━━━ Dataset ━━━

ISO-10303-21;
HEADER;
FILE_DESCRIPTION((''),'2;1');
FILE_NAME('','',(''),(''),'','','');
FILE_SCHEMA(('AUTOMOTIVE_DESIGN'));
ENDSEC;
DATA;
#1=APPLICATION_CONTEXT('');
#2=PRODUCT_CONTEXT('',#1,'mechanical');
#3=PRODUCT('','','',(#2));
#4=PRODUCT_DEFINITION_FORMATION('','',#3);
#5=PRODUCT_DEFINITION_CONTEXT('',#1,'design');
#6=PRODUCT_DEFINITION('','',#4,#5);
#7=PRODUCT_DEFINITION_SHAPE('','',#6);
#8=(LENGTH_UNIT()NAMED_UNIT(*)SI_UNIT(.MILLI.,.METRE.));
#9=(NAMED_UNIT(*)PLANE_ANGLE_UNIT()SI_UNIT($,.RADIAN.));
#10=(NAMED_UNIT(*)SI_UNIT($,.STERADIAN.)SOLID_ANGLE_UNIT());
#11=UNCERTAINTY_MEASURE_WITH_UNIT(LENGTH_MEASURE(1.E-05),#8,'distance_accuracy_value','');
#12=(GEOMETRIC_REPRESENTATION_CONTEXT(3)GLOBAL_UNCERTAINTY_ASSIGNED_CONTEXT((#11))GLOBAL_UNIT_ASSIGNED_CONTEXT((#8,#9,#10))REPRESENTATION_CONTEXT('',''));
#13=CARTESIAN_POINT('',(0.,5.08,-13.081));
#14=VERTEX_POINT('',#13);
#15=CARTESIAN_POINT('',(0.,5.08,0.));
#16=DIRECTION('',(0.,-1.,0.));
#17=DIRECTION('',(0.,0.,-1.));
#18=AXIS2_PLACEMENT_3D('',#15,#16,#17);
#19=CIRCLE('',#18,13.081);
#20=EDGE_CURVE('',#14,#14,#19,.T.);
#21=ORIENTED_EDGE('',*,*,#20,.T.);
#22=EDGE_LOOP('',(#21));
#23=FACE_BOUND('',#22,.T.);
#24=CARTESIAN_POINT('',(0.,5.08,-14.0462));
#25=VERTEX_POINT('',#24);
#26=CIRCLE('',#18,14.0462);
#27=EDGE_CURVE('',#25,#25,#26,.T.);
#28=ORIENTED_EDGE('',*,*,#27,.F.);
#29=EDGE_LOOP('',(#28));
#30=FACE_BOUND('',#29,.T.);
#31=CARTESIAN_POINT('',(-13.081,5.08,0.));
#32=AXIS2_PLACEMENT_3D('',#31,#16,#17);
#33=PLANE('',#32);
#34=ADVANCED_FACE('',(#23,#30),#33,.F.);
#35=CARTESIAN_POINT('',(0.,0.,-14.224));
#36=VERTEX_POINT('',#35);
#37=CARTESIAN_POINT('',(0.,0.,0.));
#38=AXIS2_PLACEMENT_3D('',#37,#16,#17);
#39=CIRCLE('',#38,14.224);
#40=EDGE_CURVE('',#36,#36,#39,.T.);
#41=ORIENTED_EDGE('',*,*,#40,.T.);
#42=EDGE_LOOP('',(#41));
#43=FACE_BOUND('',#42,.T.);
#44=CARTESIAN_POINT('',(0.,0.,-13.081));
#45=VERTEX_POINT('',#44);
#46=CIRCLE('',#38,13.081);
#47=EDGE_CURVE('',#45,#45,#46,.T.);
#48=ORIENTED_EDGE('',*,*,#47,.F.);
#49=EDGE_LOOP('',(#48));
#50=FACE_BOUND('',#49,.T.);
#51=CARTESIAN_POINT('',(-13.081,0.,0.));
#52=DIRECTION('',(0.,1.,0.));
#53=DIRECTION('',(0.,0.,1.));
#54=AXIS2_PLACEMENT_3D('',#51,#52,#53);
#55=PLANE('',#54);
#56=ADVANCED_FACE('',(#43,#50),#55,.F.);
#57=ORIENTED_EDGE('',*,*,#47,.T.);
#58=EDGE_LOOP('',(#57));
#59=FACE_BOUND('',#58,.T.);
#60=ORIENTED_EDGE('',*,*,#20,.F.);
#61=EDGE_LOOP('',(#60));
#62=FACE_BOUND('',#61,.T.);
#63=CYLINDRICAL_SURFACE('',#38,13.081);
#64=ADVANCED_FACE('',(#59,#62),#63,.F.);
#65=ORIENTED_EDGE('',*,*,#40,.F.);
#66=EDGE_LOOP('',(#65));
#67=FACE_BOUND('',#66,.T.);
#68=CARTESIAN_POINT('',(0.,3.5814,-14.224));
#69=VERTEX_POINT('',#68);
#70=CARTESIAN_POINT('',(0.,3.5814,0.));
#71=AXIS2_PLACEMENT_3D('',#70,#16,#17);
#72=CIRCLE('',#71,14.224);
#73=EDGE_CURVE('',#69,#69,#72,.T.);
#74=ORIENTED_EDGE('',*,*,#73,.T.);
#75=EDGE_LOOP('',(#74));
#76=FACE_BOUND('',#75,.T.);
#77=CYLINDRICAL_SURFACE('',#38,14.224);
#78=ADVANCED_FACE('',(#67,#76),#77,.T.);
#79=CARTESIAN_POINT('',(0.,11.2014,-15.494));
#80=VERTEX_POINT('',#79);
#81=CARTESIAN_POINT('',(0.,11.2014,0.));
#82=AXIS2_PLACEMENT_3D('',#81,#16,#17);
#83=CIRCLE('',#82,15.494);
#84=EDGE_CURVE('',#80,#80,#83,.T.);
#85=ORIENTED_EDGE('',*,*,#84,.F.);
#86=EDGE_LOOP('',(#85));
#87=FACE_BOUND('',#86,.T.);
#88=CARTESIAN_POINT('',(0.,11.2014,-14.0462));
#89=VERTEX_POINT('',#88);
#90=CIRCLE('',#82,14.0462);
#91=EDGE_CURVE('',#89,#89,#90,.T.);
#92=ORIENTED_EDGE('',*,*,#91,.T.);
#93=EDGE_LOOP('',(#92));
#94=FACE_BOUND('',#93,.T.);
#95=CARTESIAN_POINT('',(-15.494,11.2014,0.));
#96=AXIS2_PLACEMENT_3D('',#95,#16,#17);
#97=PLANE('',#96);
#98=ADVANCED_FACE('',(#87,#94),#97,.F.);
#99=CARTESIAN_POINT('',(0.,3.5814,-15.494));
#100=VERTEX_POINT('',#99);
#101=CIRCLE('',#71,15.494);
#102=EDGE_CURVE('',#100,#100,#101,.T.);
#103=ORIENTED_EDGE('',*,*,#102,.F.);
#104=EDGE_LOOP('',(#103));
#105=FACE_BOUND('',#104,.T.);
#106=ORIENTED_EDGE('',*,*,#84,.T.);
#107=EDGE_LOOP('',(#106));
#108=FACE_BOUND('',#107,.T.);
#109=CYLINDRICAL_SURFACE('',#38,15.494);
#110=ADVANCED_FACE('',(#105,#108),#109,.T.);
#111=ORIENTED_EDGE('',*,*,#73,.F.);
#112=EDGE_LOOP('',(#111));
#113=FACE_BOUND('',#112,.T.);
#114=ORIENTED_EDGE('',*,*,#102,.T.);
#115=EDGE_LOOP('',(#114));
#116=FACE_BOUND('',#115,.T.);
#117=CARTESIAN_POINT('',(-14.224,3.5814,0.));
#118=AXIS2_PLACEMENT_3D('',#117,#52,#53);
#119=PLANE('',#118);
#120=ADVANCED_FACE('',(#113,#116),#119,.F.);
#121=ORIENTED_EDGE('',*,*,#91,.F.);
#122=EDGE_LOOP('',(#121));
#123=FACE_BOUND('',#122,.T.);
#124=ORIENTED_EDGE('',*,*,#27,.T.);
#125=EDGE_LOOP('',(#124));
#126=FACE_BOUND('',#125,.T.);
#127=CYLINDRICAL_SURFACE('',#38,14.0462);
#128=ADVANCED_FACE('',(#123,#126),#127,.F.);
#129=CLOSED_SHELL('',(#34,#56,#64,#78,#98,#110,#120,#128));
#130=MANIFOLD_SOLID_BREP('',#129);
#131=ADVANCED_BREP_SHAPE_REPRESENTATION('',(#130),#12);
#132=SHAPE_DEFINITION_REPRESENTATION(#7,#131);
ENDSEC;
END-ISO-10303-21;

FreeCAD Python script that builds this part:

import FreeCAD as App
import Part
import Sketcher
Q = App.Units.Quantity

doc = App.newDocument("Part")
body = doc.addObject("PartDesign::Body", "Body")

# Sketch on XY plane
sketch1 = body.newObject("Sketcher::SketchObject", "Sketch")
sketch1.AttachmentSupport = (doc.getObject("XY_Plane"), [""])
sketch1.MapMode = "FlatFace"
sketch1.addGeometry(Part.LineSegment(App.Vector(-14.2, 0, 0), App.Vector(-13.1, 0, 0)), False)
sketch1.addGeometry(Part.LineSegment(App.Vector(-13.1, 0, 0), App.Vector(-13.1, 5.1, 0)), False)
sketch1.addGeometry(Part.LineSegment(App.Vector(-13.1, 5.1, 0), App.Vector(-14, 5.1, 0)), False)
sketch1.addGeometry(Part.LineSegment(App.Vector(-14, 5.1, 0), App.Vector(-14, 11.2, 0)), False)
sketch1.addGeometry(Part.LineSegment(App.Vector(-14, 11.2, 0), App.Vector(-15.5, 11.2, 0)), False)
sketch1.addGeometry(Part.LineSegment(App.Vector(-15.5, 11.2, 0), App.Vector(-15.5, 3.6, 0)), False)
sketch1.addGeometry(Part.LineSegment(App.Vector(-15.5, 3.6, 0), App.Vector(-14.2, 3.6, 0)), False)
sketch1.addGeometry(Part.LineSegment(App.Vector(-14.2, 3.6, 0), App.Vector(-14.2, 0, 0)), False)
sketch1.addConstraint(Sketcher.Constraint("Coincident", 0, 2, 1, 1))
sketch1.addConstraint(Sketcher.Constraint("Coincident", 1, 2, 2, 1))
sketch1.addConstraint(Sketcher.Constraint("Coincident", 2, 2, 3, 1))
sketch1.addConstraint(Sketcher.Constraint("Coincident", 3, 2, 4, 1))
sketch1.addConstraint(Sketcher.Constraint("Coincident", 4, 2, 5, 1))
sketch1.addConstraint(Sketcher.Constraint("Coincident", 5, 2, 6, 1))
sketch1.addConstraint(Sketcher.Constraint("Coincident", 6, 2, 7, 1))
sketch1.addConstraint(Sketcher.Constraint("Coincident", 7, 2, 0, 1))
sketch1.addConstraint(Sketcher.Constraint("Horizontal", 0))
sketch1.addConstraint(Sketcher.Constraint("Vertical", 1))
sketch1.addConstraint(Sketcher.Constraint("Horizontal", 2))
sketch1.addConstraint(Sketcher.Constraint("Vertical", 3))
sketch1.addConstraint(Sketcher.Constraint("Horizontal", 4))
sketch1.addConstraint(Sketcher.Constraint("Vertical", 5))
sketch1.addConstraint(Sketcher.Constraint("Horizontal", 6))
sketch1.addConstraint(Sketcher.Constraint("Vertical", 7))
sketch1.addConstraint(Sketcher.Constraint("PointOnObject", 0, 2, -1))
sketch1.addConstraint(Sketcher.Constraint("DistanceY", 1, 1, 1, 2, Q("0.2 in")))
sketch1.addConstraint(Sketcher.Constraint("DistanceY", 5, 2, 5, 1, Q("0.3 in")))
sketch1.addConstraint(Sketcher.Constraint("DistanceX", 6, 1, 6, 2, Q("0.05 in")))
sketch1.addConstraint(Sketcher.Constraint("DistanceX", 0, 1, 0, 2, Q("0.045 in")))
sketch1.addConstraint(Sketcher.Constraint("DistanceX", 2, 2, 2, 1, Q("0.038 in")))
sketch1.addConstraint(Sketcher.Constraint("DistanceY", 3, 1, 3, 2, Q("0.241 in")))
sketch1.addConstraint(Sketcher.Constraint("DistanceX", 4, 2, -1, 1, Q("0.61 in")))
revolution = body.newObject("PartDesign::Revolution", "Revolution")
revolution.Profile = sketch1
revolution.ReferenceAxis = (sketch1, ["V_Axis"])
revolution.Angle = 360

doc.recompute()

━━━

# To do
In your answer, include only the lines above starting at the line that holds "#48=ORIENTED_EDGE('',*,*,#47,.F.);" and ending at the line that holds "#59=FACE_BOUND('',#58,.T.);", copied exactly.

# Problem solution
#48=ORIENTED_EDGE('',*,*,#47,.F.);
#49=EDGE_LOOP('',(#48));
#50=FACE_BOUND('',#49,.T.);
#51=CARTESIAN_POINT('',(-13.081,0.,0.));
#52=DIRECTION('',(0.,1.,0.));
#53=DIRECTION('',(0.,0.,1.));
#54=AXIS2_PLACEMENT_3D('',#51,#52,#53);
#55=PLANE('',#54);
#56=ADVANCED_FACE('',(#43,#50),#55,.F.);
#57=ORIENTED_EDGE('',*,*,#47,.T.);
#58=EDGE_LOOP('',(#57));
#59=FACE_BOUND('',#58,.T.);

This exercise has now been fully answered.